That's way before my time. I think some of these guys fought in the civil war.. 

Anyway, I was told a story once by the namesake of this thread about how Sensei Perceval used to go around to various schools, like you had mentioned, and drop challenges to instructors in front of their students. Back then, he was on the cover of practically every MA magazine from coast to coast which, I would assume, led to a bit of intimidation and removed the "home field advantage" of the challenged instructor.
To make a long story short, Sensei Perceval immediately stopped this practice once he found himself on the "business end" of a Barathy sidekick to the armpit.


----------



## Burnerbob

Kyoshi71 said:


> That's way before my time. I think some of these guys fought in the civil war..
> 
> Anyway, I was told a story once by the namesake of this thread about how Sensei Perceval used to go around to various schools, like you had mentioned, and drop challenges to instructors in front of their students. Back then, he was on the cover of practically every MA magazine from coast to coast which, I would assume, led to a bit of intimidation and removed the "home field advantage" of the challenged instructor.
> To make a long story short, Sensei Perceval immediately stopped this practice once he found himself on the "business end" of a Barathy sidekick to the armpit.
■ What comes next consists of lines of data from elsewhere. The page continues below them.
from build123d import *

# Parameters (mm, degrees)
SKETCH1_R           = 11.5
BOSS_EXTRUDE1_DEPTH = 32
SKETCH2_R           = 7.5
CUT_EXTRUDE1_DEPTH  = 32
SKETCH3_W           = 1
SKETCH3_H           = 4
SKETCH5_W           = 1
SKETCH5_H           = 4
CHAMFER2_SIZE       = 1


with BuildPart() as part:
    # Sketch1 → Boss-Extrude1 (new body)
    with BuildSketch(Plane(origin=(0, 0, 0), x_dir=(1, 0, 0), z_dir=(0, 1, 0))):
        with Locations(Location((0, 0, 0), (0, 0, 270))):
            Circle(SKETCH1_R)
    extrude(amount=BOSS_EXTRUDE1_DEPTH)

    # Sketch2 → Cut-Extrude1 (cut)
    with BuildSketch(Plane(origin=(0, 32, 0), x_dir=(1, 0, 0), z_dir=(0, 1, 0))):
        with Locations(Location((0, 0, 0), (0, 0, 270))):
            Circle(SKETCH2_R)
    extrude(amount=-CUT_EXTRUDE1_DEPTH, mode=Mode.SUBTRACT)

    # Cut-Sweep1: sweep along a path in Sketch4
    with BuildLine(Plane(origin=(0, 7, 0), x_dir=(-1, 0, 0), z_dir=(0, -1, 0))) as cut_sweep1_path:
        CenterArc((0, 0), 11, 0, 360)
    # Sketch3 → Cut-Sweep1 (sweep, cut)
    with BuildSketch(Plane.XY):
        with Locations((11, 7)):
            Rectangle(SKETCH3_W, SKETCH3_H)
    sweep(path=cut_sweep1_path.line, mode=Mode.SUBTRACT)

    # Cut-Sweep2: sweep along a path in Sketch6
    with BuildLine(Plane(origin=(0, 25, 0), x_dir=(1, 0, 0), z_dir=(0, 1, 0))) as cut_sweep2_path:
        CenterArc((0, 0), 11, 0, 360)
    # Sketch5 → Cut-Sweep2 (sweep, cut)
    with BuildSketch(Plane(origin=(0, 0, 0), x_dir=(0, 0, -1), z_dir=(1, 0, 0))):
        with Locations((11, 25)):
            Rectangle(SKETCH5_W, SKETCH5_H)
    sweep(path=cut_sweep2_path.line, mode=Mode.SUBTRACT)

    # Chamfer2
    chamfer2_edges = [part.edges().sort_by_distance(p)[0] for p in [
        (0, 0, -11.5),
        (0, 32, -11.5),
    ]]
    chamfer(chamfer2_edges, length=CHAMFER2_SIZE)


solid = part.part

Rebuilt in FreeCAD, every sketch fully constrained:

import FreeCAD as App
import Part
import Sketcher
Q = App.Units.Quantity


def edges_at(feature, points):
    """Names of the edges that pass closest to the given points."""
    edges = feature.Shape.Edges
    near = lambda p: min(range(len(edges)), key=lambda i: edges[i].distToShape(Part.Vertex(*p))[0])
    return sorted({f"Edge{near(p) + 1}" for p in points})


def add_polygon(sketch, points):
    """Adds a closed chain of lines whose ends are joined by coincident constraints."""
    first, n = sketch.GeometryCount, len(points)
    for a, b in zip(points, points[1:] + points[:1]):
        sketch.addGeometry(Part.LineSegment(App.Vector(*a, 0), App.Vector(*b, 0)), False)
    for i in range(n):
        sketch.addConstraint(Sketcher.Constraint("Coincident", first + i, 2, first + (i + 1) % n, 1))

doc = App.newDocument("Part")
params = doc.addObject("Spreadsheet::Sheet", "Params")
for row, (alias, value) in enumerate([
    ("sketch1_diameter", "23 mm"),
    ("pad1_length", "32 mm"),
    ("sketch2_diameter", "15 mm"),
    ("pocket1_length", "32 mm"),
    ("sketch3_width", "1 mm"),
    ("sketch3_height", "4 mm"),
    ("sketch4_diameter", "22 mm"),
    ("sketch5_width", "4 mm"),
    ("sketch5_height", "1 mm"),
    ("sketch6_diameter", "22 mm"),
    ("chamfer_size", "1 mm"),
], start=1):
    params.set(f"A{row}", alias)
    params.set(f"B{row}", "=" + value)
    params.setAlias(f"B{row}", alias)

body = doc.addObject("PartDesign::Body", "Body")

# Sketch on XZ plane
sketch1 = body.newObject("Sketcher::SketchObject", "Sketch")
sketch1.AttachmentSupport = (doc.getObject("XZ_Plane"), [""])
sketch1.MapMode = "FlatFace"
sketch1.addGeometry(Part.Circle(App.Vector(0, 0, 0), App.Vector(0, 0, 1), 11.5), False)
sketch1.addConstraint([
    Sketcher.Constraint("Coincident", 0, 3, -1, 1),
    Sketcher.Constraint("Diameter", 0, Q("23 mm")),
])
sketch1.setExpression("Constraints[1]", "Params.sketch1_diameter")
pad1 = body.newObject("PartDesign::Pad", "Pad")
pad1.Profile = sketch1
pad1.setExpression("Length", "Params.pad1_length")
pad1.Reversed = True

# Sketch on XZ plane
sketch2 = body.newObject("Sketcher::SketchObject", "Sketch001")
sketch2.AttachmentSupport = (doc.getObject("XZ_Plane"), [""])
sketch2.MapMode = "FlatFace"
sketch2.AttachmentOffset = App.Placement(App.Vector(0, 0, -32), App.Rotation())
sketch2.addGeometry(Part.Circle(App.Vector(0, 0, 0), App.Vector(0, 0, 1), 7.5), False)
sketch2.addConstraint([
    Sketcher.Constraint("Coincident", 0, 3, -1, 1),
    Sketcher.Constraint("Diameter", 0, Q("15 mm")),
])
sketch2.setExpression("Constraints[1]", "Params.sketch2_diameter")
pocket1 = body.newObject("PartDesign::Pocket", "Pocket")
pocket1.Profile = sketch2
pocket1.setExpression("Length", "Params.pocket1_length")
pocket1.Reversed = True

# Sketch on XY plane
sketch3 = body.newObject("Sketcher::SketchObject", "Sketch002")
sketch3.AttachmentSupport = (doc.getObject("XY_Plane"), [""])
sketch3.MapMode = "FlatFace"
add_polygon(sketch3, [(10.5, 9), (10.5, 5), (11.5, 5), (11.5, 9)])  # lines 0-3
sketch3.addConstraint([
    Sketcher.Constraint("Vertical", 0),
    Sketcher.Constraint("Horizontal", 1),
    Sketcher.Constraint("Vertical", 2),
    Sketcher.Constraint("Horizontal", 3),
    Sketcher.Constraint("DistanceX", 1, 1, 1, 2, Q("1 mm")),
    Sketcher.Constraint("DistanceY", 0, 2, 0, 1, Q("4 mm")),
    Sketcher.Constraint("DistanceY", -1, 1, 0, 2, Q("5 mm")),
    Sketcher.Constraint("DistanceX", -1, 1, 0, 2, Q("10.5 mm")),
])
sketch3.setExpression("Constraints[8]", "Params.sketch3_width")
sketch3.setExpression("Constraints[9]", "Params.sketch3_height")

# Sketch on XZ plane
sketch4 = body.newObject("Sketcher::SketchObject", "Sketch003")
sketch4.AttachmentSupport = (doc.getObject("XZ_Plane"), [""])
sketch4.MapMode = "FlatFace"
sketch4.AttachmentOffset = App.Placement(App.Vector(0, 0, -7), App.Rotation())
sketch4.addGeometry(Part.Circle(App.Vector(0, 0, 0), App.Vector(0, 0, 1), 11), False)
sketch4.addConstraint([
    Sketcher.Constraint("Coincident", 0, 3, -1, 1),
    Sketcher.Constraint("Diameter", 0, Q("22 mm")),
])
sketch4.setExpression("Constraints[1]", "Params.sketch4_diameter")
doc.recompute()

subtractivepipe = body.newObject("PartDesign::SubtractivePipe", "SubtractivePipe")
subtractivepipe.Profile = sketch3
subtractivepipe.Spine = (sketch4, ["Edge1"])

# Sketch on YZ plane
sketch5 = body.newObject("Sketcher::SketchObject", "Sketch004")
sketch5.AttachmentSupport = (doc.getObject("YZ_Plane"), [""])
sketch5.MapMode = "FlatFace"
add_polygon(sketch5, [(27, -10.5), (23, -10.5), (23, -11.5), (27, -11.5)])  # lines 0-3
sketch5.addConstraint([
    Sketcher.Constraint("Horizontal", 0),
    Sketcher.Constraint("Vertical", 1),
    Sketcher.Constraint("Horizontal", 2),
    Sketcher.Constraint("Vertical", 3),
    Sketcher.Constraint("DistanceX", 0, 2, 0, 1, Q("4 mm")),
    Sketcher.Constraint("DistanceY", 1, 2, 1, 1, Q("1 mm")),
    Sketcher.Constraint("DistanceX", -1, 1, 0, 2, Q("23 mm")),
    Sketcher.Constraint("DistanceY", 0, 2, -1, 1, Q("10.5 mm")),
])
sketch5.setExpression("Constraints[8]", "Params.sketch5_width")
sketch5.setExpression("Constraints[9]", "Params.sketch5_height")

# Sketch on XZ plane
sketch6 = body.newObject("Sketcher::SketchObject", "Sketch005")
sketch6.AttachmentSupport = (doc.getObject("XZ_Plane"), [""])
sketch6.MapMode = "FlatFace"
sketch6.AttachmentOffset = App.Placement(App.Vector(0, 0, -25), App.Rotation())
sketch6.addGeometry(Part.Circle(App.Vector(0, 0, 0), App.Vector(0, 0, 1), 11), False)
sketch6.addConstraint([
    Sketcher.Constraint("Coincident", 0, 3, -1, 1),
    Sketcher.Constraint("Diameter", 0, Q("22 mm")),
])
sketch6.setExpression("Constraints[1]", "Params.sketch6_diameter")
doc.recompute()

subtractivepipe2 = body.newObject("PartDesign::SubtractivePipe", "SubtractivePipe001")
subtractivepipe2.Profile = sketch5
subtractivepipe2.Spine = (sketch6, ["Edge1"])
doc.recompute()

chamfer = body.newObject("PartDesign::Chamfer", "Chamfer")
chamfer.Base = (subtractivepipe2, edges_at(subtractivepipe2, [(0, 0, -11.5), (0, 32, -11.5)]))
chamfer.setExpression("Size", "Params.chamfer_size")

doc.recompute()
He also did a demonstration of full force kicks to the abdomin, and having a 100 pound marble slab broken over his chest with a sledge hammer. 1963 was the year.


----------



## Kyoshi71

Burnerbob said:


> He also did a demonstration of full force kicks to the abdomin, and having a 100 pound marble slab broken over his chest with a sledge hammer. 1963 was the year.


 
He also (and I'm not kidding about this) would take full force kicks to his balls and claim to be able to pull them up at the last second.  Said he learned it when he was stationed in Korea.  Crazy huh?


----------



## Burnerbob

Kyoshi71 said:


> He also (and I'm not kidding about this) would take full force kicks to his balls and claim to be able to pull them up at the last second. Said he learned it when he was stationed in Korea. Crazy huh?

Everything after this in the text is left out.